Human settlement in the Netherlands

Den Osse is a hamlet in the municipality of Schouwen-Duiveland, in Zeeland, Netherlands. It is located on the Grevelingen between Scharendijke and Brouwershaven and is the northernmost place of Zeeland.

Den Osse is not a statistical entity but it has its own place name signs. The postal authorities have placed it under Brouwershaven. There are only about 15 houses for permanent residence. Den Osse had become a holiday resort and marina. It has multiple holiday parks including a former Landal Greenpark.

Den Osse is a popular diving location known for having dahlia anemones.

The hamlet has its own harbour including a jetty for Dutch Navy vessels, used for diving trainings.

==History==
Den Osse was first visible on a map of 1636 as "Osse Steert", after the name of an inn.

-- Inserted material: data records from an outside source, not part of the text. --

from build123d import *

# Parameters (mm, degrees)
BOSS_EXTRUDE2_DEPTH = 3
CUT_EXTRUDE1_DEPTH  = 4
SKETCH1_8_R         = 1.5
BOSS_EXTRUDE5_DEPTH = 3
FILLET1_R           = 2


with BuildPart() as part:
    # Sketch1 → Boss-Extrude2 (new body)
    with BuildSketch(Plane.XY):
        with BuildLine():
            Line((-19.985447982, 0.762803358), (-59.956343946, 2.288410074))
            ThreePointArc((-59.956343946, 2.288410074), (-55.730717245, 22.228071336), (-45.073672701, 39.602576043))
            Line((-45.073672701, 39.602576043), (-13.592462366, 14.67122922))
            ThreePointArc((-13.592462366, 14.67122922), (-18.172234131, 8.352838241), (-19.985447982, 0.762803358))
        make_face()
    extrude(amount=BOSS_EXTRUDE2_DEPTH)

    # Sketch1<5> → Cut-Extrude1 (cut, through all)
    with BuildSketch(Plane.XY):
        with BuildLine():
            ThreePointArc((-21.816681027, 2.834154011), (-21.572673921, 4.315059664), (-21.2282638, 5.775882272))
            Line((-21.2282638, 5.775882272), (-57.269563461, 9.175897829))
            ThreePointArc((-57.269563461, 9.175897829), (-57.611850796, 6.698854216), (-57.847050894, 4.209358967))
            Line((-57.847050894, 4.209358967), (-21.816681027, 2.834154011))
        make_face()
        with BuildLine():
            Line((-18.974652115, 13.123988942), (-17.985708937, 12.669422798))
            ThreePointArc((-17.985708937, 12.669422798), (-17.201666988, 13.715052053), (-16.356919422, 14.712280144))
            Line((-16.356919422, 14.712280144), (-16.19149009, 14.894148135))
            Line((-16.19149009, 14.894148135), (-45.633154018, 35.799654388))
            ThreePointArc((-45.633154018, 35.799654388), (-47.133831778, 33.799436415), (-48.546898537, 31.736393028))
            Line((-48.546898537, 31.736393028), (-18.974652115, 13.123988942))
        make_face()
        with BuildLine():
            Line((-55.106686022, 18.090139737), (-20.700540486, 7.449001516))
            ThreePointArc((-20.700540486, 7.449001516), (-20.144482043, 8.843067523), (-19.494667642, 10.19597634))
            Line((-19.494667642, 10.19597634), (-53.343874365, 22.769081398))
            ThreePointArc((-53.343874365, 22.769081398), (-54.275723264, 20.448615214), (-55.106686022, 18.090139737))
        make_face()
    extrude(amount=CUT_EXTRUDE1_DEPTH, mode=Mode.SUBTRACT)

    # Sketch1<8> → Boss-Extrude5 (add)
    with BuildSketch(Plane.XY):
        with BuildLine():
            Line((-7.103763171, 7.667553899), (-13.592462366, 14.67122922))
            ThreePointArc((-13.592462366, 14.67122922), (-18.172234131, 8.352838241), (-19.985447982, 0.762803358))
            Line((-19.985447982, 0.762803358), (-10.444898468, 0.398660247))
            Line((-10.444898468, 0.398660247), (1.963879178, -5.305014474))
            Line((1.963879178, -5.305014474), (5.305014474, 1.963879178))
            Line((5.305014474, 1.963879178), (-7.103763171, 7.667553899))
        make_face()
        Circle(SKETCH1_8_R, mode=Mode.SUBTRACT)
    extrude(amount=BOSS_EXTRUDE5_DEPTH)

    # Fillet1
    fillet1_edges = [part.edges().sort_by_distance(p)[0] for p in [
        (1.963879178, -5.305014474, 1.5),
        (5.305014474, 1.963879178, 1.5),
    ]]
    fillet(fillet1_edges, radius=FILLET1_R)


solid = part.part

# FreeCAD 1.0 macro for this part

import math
import FreeCAD as App
import Part
import Sketcher

V = App.Vector
Q = App.Units.Quantity


def edges_at(feature, points):
    """Names of the edges that pass closest to the given points."""
    edges = feature.Shape.Edges
    near = lambda p: min(range(len(edges)), key=lambda i: edges[i].distToShape(Part.Vertex(*p))[0])
    return sorted({f"Edge{near(p) + 1}" for p in points})

doc = App.newDocument("Part")
params = doc.addObject("Spreadsheet::Sheet", "Params")
for row, (alias, value) in enumerate([
    ("sketch1_radius", "20 mm"),
    ("sketch1_radius2", "60 mm"),
    ("pad1_length", "3 mm"),
    ("sketch2_radius", "22 mm"),
    ("sketch2_radius2", "58.000001 mm"),
    ("sketch3_diameter", "3 mm"),
    ("sketch3_radius", "20 mm"),
    ("sketch3_length", "8 mm"),
    ("pad2_length", "3 mm"),
    ("fillet_radius", "2 mm"),
], start=1):
    params.set(f"A{row}", alias)
    params.set(f"B{row}", "=" + value)
    params.setAlias(f"B{row}", alias)

body = doc.addObject("PartDesign::Body", "Body")

sketch1 = doc.addObject("Sketcher::SketchObject", "Sketch")
body.addObject(sketch1)
sketch1.AttachmentSupport = (doc.XY_Plane, [""])
sketch1.MapMode = "FlatFace"
sketch1.addGeometry([
    Part.LineSegment(V(-60, 2, 0), V(-20, 1, 0)),
    Part.ArcOfCircle(Part.Circle(V(0, 0, 0), V(0, 0, 1), 20), math.radians(133), math.radians(178)),
    Part.LineSegment(V(-14, 15, 0), V(-45, 40, 0)),
    Part.ArcOfCircle(Part.Circle(V(0, 0, 0), V(0, 0, 1), 60), math.radians(139), math.radians(178)),
], False)
sketch1.addConstraint([
    Sketcher.Constraint("Coincident", 0, 2, 1, 2),
    Sketcher.Constraint("Coincident", 1, 1, 2, 1),
    Sketcher.Constraint("Coincident", 2, 2, 3, 1),
    Sketcher.Constraint("Coincident", 3, 2, 0, 1),
    Sketcher.Constraint("Coincident", 1, 3, -1, 1),
    Sketcher.Constraint("Coincident", 3, 3, -1, 1),
    Sketcher.Constraint("Radius", 1, Q("20 mm")),
    Sketcher.Constraint("Radius", 3, Q("60 mm")),
    Sketcher.Constraint("DistanceY", -1, 1, 1, 1, Q("14.671229 mm")),
    Sketcher.Constraint("DistanceY", -1, 1, 3, 2, Q("2.28841 mm")),
    Sketcher.Constraint("DistanceX", 2, 2, 1, 1, Q("31.48121 mm")),
    Sketcher.Constraint("DistanceX", 0, 2, -1, 1, Q("19.985448 mm")),
])
sketch1.setExpression("Constraints[6]", "Params.sketch1_radius")
sketch1.setExpression("Constraints[7]", "Params.sketch1_radius2")
pad1 = doc.addObject("PartDesign::Pad", "Pad")
body.addObject(pad1)
pad1.Profile = sketch1
pad1.setExpression("Length", "Params.pad1_length")

sketch2 = doc.addObject("Sketcher::SketchObject", "Sketch001")
body.addObject(sketch2)
sketch2.AttachmentSupport = (doc.XY_Plane, [""])
sketch2.MapMode = "FlatFace"
sketch2.addGeometry([
    Part.ArcOfCircle(Part.Circle(V(0, 0, 0), V(0, 0, 1), 22), math.radians(164.78), math.radians(172.6)),
    Part.LineSegment(V(-21.23, 5.78, 0), V(-57.27, 9.18, 0)),
    Part.ArcOfCircle(Part.Circle(V(0, 0, 0), V(0, 0, 1), 58), math.radians(170.9), math.radians(175.84)),
    Part.LineSegment(V(-57.85, 4.21, 0), V(-21.82, 2.83, 0)),
    Part.LineSegment(V(-18.97, 13.12, 0), V(-17.99, 12.67, 0)),
    Part.ArcOfCircle(Part.Circle(V(0, 0, 0), V(0, 0, 1), 22), math.radians(138.03), math.radians(144.84)),
    Part.LineSegment(V(-16.36, 14.71, 0), V(-16.19, 14.89, 0)),
    Part.LineSegment(V(-16.19, 14.89, 0), V(-45.63, 35.8, 0)),
    Part.ArcOfCircle(Part.Circle(V(0, 0, 0), V(0, 0, 1), 58), math.radians(141.89), math.radians(146.83)),
    Part.LineSegment(V(-48.55, 31.74, 0), V(-18.97, 13.12, 0)),
    Part.LineSegment(V(-55.11, 18.09, 0), V(-20.7, 7.45, 0)),
    Part.ArcOfCircle(Part.Circle(V(0, 0, 0), V(0, 0, 1), 22), math.radians(152.39), math.radians(160.21)),
    Part.LineSegment(V(-19.49, 10.2, 0), V(-53.34, 22.77, 0)),
    Part.ArcOfCircle(Part.Circle(V(0, 0, 0), V(0, 0, 1), 58), math.radians(156.89), math.radians(161.83)),
], False)
sketch2.addConstraint([
    Sketcher.Constraint("Coincident", 0, 1, 1, 1),
    Sketcher.Constraint("Coincident", 1, 2, 2, 1),
    Sketcher.Constraint("Coincident", 2, 2, 3, 1),
    Sketcher.Constraint("Coincident", 3, 2, 0, 2),
    Sketcher.Constraint("Coincident", 4, 2, 5, 2),
    Sketcher.Constraint("Coincident", 5, 1, 6, 1),
    Sketcher.Constraint("Coincident", 6, 2, 7, 1),
    Sketcher.Constraint("Coincident", 7, 2, 8, 1),
    Sketcher.Constraint("Coincident", 8, 2, 9, 1),
    Sketcher.Constraint("Coincident", 9, 2, 4, 1),
    Sketcher.Constraint("Coincident", 10, 2, 11, 2),
    Sketcher.Constraint("Coincident", 11, 1, 12, 1),
    Sketcher.Constraint("Coincident", 12, 2, 13, 1),
    Sketcher.Constraint("Coincident", 13, 2, 10, 1),
    Sketcher.Constraint("Coincident", 0, 3, -1, 1),
    Sketcher.Constraint("Coincident", 2, 3, -1, 1),
    Sketcher.Constraint("Coincident", 5, 3, -1, 1),
    Sketcher.Constraint("Coincident", 8, 3, -1, 1),
    Sketcher.Constraint("Coincident", 11, 3, -1, 1),
    Sketcher.Constraint("Coincident", 13, 3, -1, 1),
    Sketcher.Constraint("Equal", 0, 5),
    Sketcher.Constraint("Equal", 2, 8),
    Sketcher.Constraint("Equal", 5, 11),
    Sketcher.Constraint("Equal", 8, 13),
    Sketcher.Constraint("Equal", 7, 12),
    Sketcher.Constraint("Radius", 0, Q("22 mm")),
    Sketcher.Constraint("Radius", 2, Q("58.000001 mm")),
    Sketcher.Constraint("DistanceY", -1, 1, 10, 2, Q("7.449002 mm")),
    Sketcher.Constraint("DistanceX", 8, 2, -1, 1, Q("48.546899 mm")),
    Sketcher.Constraint("DistanceX", 1, 2, 0, 1, Q("36.0413 mm")),
    Sketcher.Constraint("Distance", 4, Q("1.088411 mm")),
    Sketcher.Constraint("Distance", 6, Q("0.245851 mm")),
    Sketcher.Constraint("DistanceX", 2, 2, -1, 1, Q("57.847051 mm")),
    Sketcher.Constraint("DistanceX", 3, 2, -1, 1, Q("21.816681 mm")),
    Sketcher.Constraint("DistanceX", 4, 2, -1, 1, Q("17.985709 mm")),
    Sketcher.Constraint("DistanceX", 5, 1, -1, 1, Q("16.356919 mm")),
    Sketcher.Constraint("DistanceX", 6, 2, -1, 1, Q("16.19149 mm")),
    Sketcher.Constraint("DistanceY", -1, 1, 9, 2, Q("13.123989 mm")),
    Sketcher.Constraint("DistanceY", -1, 1, 12, 2, Q("22.769081 mm")),
    Sketcher.Constraint("DistanceY", -1, 1, 13, 2, Q("18.09014 mm")),
    Sketcher.Constraint("DistanceY", 8, 3, 0, 1, Q("5.775882 mm")),
    Sketcher.Constraint("DistanceX", 1, 2, 7, 2, Q("11.636409 mm")),
])
sketch2.setExpression("Constraints[25]", "Params.sketch2_radius")
sketch2.setExpression("Constraints[26]", "Params.sketch2_radius2")
pocket1 = doc.addObject("PartDesign::Pocket", "Pocket")
body.addObject(pocket1)
pocket1.Profile = sketch2
pocket1.Type = "ThroughAll"
pocket1.Reversed = True

sketch3 = doc.addObject("Sketcher::SketchObject", "Sketch002")
body.addObject(sketch3)
sketch3.AttachmentSupport = (doc.XY_Plane, [""])
sketch3.MapMode = "FlatFace"
sketch3.addGeometry([
    Part.LineSegment(V(-7.1, 7.7, 0), V(-13.6, 14.7, 0)),
    Part.ArcOfCircle(Part.Circle(V(0, 0, 0), V(0, 0, 1), 20), math.radians(133), math.radians(178)),
    Part.LineSegment(V(-20, 0.8, 0), V(-10.4, 0.4, 0)),
    Part.LineSegment(V(-10.4, 0.4, 0), V(2, -5.3, 0)),
    Part.LineSegment(V(2, -5.3, 0), V(5.3, 2, 0)),
    Part.LineSegment(V(5.3, 2, 0), V(-7.1, 7.7, 0)),
    Part.Circle(V(0, 0, 0), V(0, 0, 1), 1.5),
], False)
sketch3.addConstraint([
    Sketcher.Constraint("Coincident", 0, 2, 1, 1),
    Sketcher.Constraint("Coincident", 1, 2, 2, 1),
    Sketcher.Constraint("Coincident", 2, 2, 3, 1),
    Sketcher.Constraint("Coincident", 3, 2, 4, 1),
    Sketcher.Constraint("Coincident", 4, 2, 5, 1),
    Sketcher.Constraint("Coincident", 5, 2, 0, 1),
    Sketcher.Constraint("Coincident", 1, 3, -1, 1),
    Sketcher.Constraint("Coincident", 6, 3, -1, 1),
    Sketcher.Constraint("Perpendicular", 3, 4),
    Sketcher.Constraint("Perpendicular", 4, 5),
    Sketcher.Constraint("Equal", 0, 2),
    Sketcher.Constraint("Equal", 3, 5),
    Sketcher.Constraint("Diameter", 6, Q("3 mm")),
    Sketcher.Constraint("Radius", 1, Q("20 mm")),
    Sketcher.Constraint("Distance", 4, Q("8 mm")),
    Sketcher.Constraint("DistanceX", 2, 2, -1, 1, Q("10.444898 mm")),
    Sketcher.Constraint("DistanceX", 0, 2, 5, 2, Q("6.488699 mm")),
    Sketcher.Constraint("DistanceY", -1, 1, 0, 2, Q("14.671229 mm")),
    Sketcher.Constraint("DistanceX", -1, 1, 3, 2, Q("1.963879 mm")),
    Sketcher.Constraint("DistanceX", 1, 2, 2, 2, Q("9.54055 mm")),
])
sketch3.setExpression("Constraints[12]", "Params.sketch3_diameter")
sketch3.setExpression("Constraints[13]", "Params.sketch3_radius")
sketch3.setExpression("Constraints[14]", "Params.sketch3_length")
pad2 = doc.addObject("PartDesign::Pad", "Pad001")
body.addObject(pad2)
pad2.Profile = sketch3
pad2.setExpression("Length", "Params.pad2_length")
doc.recompute()

fillet = doc.addObject("PartDesign::Fillet", "Fillet")
body.addObject(fillet)
fillet.Base = (pad2, edges_at(pad2, [(1.964, -5.305, 1.5), (5.305, 1.964, 1.5)]))
fillet.setExpression("Radius", "Params.fillet_radius")

doc.recompute()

The place belonged to Klaaskinderkerke in the past. When that municipality was abolished in 1813, it became, also like Brijdorpe and Looperskapelle, part of Duivendijke.

Den Osse was flooded during the North Sea flood of 1953. Due to the flood the village shrank because destroyed houses were demolished and not rebuilt. At the parking lot of the diving site on the Nieuwe Kerkweg is a sign commemorating the shrinkage.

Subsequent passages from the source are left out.